Multiple Duplicate Groups
Different content values may each form separate duplicate groups. A buggy implementation might merge unrelated groups.
Example:
"a" -> files 1, 2
"b" -> files 3, 4
Because the hash map uses file content as the key, unrelated contents remain completely separated, guaranteeing correct grouping.
Follow Up Discussion
In a real file system, both DFS and BFS can work for traversal. DFS is often preferred because it uses less memory when traversing deeply nested directories, especially when implemented recursively or with an explicit stack. BFS may consume substantial memory if a directory contains many sibling folders.
For very large file contents, comparing raw content directly becomes expensive. Instead, we can first group files by file size, since files with different sizes cannot be duplicates. Then we compute hashes such as SHA-256 for files with matching sizes. This avoids loading huge files unnecessarily.
If files can only be read in 1 KB chunks, we compute the hash incrementally while streaming the file. Modern hash functions support chunked updates, so the entire file never needs to be loaded into memory.

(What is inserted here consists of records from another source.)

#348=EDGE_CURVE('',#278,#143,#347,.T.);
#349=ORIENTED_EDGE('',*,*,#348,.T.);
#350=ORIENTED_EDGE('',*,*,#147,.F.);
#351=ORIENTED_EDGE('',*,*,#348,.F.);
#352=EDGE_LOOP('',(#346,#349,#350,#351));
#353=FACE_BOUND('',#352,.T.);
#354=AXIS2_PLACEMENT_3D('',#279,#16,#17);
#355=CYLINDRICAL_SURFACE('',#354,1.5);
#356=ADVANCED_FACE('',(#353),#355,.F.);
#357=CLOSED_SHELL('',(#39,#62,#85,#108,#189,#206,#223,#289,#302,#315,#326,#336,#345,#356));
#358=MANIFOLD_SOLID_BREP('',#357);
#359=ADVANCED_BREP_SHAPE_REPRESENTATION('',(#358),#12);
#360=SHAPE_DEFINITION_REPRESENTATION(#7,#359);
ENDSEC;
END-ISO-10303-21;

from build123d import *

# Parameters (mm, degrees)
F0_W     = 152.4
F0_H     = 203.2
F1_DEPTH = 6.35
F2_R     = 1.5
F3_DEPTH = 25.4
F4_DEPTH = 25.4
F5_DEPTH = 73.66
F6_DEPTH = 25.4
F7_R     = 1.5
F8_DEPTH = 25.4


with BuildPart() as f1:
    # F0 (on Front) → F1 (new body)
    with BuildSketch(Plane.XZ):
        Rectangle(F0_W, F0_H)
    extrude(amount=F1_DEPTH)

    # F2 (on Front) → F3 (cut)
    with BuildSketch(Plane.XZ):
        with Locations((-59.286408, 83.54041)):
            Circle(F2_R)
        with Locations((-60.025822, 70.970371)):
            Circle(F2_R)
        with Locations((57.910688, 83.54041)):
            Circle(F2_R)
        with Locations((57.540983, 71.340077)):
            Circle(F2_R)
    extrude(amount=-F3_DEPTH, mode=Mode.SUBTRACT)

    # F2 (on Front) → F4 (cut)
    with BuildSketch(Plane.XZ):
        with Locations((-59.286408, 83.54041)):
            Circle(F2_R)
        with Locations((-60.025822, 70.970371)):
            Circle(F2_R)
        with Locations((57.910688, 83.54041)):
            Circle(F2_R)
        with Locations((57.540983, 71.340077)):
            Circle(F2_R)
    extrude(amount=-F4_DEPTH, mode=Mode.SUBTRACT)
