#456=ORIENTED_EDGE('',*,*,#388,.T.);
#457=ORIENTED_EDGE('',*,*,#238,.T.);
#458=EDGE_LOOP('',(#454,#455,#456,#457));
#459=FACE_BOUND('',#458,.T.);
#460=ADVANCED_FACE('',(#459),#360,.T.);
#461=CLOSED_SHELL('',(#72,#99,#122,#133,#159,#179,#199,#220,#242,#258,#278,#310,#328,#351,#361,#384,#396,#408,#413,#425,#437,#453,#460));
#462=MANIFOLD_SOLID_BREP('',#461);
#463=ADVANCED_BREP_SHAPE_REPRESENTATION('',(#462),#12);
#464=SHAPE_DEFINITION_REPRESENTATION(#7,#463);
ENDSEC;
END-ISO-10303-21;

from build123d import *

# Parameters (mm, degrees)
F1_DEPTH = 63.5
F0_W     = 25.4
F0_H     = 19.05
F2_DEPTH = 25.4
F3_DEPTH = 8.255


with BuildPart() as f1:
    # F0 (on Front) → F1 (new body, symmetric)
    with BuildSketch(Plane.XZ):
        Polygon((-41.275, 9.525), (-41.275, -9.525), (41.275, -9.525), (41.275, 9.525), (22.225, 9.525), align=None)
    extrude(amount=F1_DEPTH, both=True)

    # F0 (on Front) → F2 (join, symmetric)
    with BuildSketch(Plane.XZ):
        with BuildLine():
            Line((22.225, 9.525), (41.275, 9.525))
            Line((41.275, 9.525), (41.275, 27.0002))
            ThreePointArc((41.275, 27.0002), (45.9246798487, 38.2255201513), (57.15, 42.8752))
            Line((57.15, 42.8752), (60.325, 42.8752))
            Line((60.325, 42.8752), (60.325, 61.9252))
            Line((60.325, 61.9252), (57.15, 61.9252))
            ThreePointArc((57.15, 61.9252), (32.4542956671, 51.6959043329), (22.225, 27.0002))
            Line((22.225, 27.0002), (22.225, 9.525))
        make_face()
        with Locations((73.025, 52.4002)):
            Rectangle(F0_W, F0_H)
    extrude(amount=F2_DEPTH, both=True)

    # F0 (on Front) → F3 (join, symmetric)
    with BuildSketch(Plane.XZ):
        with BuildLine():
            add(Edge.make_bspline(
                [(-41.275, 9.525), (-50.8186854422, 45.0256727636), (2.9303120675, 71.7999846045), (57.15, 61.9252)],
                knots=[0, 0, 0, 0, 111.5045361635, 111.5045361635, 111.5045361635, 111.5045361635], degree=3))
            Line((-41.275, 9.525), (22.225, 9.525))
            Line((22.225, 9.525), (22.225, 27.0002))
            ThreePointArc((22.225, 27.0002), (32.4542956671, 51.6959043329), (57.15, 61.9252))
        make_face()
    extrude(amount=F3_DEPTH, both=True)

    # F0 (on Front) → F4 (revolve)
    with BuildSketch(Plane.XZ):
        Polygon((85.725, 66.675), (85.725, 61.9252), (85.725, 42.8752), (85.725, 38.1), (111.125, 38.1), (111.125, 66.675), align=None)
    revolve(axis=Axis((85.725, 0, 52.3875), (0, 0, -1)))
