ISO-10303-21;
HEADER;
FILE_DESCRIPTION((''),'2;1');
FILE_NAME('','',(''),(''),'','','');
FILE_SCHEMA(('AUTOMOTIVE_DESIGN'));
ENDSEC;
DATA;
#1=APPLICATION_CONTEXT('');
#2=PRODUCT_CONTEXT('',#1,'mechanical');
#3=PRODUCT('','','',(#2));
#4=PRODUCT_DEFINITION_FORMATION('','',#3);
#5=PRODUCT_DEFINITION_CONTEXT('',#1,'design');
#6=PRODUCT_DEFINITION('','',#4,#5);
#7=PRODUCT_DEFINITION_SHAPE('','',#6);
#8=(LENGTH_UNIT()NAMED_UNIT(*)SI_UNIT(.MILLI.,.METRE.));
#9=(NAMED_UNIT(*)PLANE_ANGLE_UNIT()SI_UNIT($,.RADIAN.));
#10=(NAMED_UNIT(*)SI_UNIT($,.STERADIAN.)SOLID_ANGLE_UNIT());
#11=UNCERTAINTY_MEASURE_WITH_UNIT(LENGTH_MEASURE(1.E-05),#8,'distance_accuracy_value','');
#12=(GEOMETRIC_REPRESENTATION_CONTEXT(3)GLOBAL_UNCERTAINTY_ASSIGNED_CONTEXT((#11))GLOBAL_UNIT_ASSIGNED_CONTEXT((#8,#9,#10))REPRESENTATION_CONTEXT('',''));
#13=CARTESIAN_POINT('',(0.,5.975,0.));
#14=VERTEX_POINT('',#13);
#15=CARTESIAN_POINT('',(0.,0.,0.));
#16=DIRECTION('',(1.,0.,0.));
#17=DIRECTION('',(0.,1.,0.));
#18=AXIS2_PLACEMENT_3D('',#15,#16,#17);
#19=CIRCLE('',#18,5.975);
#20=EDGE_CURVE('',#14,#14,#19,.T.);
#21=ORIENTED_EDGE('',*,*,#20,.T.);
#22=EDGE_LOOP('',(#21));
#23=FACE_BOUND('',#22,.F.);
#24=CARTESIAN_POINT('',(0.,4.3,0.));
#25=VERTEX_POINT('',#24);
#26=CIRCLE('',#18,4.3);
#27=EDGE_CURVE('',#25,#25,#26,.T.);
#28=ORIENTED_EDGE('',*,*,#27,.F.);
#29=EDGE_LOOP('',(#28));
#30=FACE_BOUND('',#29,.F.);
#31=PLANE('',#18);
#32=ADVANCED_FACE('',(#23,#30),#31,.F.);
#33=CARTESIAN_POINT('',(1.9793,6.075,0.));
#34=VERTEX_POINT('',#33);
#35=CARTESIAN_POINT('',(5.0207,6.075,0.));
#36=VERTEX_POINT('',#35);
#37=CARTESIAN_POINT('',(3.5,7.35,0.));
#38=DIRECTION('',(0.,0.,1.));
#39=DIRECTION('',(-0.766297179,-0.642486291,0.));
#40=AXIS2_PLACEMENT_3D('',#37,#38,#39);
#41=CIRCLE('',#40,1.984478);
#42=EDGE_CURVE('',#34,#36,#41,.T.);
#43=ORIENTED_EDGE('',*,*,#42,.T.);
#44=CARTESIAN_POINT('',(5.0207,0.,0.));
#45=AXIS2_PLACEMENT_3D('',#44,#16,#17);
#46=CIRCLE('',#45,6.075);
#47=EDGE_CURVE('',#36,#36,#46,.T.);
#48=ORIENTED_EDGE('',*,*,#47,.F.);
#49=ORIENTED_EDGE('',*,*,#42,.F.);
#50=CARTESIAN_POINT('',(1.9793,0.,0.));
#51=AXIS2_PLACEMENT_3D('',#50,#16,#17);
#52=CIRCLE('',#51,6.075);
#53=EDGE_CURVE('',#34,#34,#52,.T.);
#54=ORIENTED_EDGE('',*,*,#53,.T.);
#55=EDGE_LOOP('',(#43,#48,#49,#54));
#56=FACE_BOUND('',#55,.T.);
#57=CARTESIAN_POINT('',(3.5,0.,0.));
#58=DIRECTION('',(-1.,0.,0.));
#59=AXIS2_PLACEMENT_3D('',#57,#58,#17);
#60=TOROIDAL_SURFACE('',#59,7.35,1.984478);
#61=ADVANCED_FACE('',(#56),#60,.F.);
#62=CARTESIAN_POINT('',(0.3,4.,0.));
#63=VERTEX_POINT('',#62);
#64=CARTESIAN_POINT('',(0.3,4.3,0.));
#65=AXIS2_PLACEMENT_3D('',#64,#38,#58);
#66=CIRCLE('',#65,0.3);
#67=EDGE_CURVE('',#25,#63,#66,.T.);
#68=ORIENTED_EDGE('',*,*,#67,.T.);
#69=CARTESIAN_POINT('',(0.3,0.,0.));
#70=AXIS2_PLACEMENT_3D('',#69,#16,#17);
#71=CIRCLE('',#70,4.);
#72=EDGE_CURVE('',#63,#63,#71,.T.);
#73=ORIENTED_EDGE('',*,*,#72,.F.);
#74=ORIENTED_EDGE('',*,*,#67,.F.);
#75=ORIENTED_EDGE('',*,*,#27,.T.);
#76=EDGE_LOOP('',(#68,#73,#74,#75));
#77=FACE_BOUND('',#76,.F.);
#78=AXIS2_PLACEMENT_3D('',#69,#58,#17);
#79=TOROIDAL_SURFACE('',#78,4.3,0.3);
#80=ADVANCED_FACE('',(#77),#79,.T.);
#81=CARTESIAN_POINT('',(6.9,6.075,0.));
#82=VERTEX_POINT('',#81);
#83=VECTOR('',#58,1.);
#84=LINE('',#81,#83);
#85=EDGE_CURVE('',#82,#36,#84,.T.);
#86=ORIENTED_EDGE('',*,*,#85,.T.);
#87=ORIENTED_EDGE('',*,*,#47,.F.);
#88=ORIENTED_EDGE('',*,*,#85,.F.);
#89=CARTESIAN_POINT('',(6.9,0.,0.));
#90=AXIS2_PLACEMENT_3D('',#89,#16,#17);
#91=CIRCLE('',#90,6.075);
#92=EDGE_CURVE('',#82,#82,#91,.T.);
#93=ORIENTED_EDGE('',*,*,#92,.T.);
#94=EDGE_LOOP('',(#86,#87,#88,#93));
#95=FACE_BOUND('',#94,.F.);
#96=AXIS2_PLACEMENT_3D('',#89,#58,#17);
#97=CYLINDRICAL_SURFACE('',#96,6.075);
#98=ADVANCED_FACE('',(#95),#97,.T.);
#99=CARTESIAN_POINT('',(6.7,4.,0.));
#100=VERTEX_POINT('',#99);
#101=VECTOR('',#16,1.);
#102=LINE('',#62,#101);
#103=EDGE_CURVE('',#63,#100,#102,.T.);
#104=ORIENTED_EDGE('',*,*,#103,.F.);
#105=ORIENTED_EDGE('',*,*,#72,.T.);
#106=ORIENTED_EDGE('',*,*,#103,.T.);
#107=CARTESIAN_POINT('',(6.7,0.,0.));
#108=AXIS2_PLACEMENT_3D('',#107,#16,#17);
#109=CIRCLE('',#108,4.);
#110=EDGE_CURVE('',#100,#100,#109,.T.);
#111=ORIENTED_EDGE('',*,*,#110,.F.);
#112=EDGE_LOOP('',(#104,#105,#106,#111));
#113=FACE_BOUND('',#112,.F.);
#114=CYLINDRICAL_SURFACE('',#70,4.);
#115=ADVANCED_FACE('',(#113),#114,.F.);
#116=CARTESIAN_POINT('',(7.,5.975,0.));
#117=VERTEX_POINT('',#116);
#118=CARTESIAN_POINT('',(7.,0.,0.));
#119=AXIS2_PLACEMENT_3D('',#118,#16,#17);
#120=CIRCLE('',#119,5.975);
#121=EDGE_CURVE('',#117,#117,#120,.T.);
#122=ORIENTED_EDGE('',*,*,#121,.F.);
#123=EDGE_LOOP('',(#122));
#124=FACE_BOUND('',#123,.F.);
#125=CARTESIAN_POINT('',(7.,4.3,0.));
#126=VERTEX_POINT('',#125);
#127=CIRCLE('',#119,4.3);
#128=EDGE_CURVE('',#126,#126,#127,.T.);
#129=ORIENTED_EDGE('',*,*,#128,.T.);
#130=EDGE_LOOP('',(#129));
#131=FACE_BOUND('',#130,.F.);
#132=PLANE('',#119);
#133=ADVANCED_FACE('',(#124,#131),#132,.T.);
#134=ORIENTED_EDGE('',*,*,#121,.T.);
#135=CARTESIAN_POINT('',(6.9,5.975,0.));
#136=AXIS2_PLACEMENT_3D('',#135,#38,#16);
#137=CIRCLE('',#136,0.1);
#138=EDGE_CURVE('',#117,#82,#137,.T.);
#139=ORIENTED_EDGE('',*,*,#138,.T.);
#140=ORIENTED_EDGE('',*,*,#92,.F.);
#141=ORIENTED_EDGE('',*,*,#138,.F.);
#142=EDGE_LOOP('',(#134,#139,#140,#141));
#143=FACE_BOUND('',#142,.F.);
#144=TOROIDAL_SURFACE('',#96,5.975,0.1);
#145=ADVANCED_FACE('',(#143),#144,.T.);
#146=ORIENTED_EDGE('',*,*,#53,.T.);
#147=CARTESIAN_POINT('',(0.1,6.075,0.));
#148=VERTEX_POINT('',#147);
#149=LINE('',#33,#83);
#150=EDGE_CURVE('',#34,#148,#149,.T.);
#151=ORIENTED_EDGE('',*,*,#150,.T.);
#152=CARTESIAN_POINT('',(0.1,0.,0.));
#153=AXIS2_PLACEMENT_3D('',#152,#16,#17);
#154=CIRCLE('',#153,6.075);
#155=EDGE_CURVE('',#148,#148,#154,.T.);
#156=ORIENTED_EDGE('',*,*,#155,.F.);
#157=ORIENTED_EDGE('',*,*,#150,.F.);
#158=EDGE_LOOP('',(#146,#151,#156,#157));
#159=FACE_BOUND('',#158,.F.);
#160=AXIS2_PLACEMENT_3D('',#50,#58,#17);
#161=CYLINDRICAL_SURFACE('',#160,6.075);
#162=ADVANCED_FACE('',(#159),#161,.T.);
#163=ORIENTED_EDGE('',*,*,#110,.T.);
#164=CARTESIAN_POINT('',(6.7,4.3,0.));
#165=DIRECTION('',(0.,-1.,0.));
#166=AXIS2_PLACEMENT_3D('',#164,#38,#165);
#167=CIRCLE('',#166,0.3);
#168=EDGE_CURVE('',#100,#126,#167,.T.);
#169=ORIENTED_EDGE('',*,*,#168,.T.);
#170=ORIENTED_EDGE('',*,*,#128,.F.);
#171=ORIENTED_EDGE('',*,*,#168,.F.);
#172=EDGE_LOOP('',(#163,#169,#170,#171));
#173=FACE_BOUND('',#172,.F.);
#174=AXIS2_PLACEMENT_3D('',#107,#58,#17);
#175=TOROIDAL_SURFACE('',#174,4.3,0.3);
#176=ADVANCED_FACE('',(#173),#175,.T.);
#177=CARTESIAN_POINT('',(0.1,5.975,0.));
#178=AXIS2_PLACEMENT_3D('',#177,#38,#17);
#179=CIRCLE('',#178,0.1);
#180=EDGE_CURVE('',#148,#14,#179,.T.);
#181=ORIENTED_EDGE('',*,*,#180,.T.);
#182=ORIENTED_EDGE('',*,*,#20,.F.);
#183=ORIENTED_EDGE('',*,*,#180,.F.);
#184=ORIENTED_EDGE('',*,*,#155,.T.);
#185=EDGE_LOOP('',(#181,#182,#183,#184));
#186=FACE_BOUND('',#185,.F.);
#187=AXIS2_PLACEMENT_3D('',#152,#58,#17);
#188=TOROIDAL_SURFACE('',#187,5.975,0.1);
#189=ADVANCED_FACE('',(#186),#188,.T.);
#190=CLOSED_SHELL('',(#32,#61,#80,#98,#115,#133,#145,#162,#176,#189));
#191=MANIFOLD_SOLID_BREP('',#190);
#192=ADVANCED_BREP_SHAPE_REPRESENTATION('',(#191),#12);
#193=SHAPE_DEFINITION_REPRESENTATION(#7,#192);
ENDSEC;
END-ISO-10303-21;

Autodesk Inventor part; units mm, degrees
ref_plane "YZ Plane" through (0, 0, 0) normal (1, 0, 0) x (0, 1, 0)
ref_plane "XZ Plane" through (0, 0, 0) normal (0, 1, 0) x (-1, 0, 0)
ref_plane "XY Plane" through (0, 0, 0) normal (0, 0, 1) x (1, 0, 0)
sketch "Sketch_54" plane through (0, 0, 0) normal (0, 0, 1) x (1, 0, 0)
  line L0 (100, 0) -> (-100, 0)
  arc A0 (0, 4.3) -> (0.3, 4) centre (0.3, 4.3) ccw
  line L1 (0.3, 4) -> (6.7, 4)
  arc A1 (6.7, 4) -> (7, 4.3) centre (6.7, 4.3) ccw
  line L2 (7, 4.3) -> (7, 5.975)
  arc A2 (7, 5.975) -> (6.9, 6.075) centre (6.9, 5.975) ccw
  line L3 (6.9, 6.075) -> (5.0207, 6.075)
  arc A3 (1.9793, 6.075) -> (5.0207, 6.075) centre (3.5, 7.35) ccw
  line L4 (1.9793, 6.075) -> (0.1, 6.075)
  arc A4 (0.1, 6.075) -> (0, 5.975) centre (0.1, 5.975) ccw
  line L5 (0, 5.975) -> (0, 4.3)
revolve "Revolution1" add sketch "Sketch_54" angle 360 about axis through (100, 0, 0) along (1, 0, 0)
properties part number "SKF_608_PART1"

In the modified large-file solution, the most time-consuming part becomes disk I/O and hashing, not traversal. Memory usage improves because files are streamed rather than fully loaded. To reduce false positives, especially from hash collisions, we can perform a final byte-by-byte comparison between files that share the same hash before declaring them duplicates.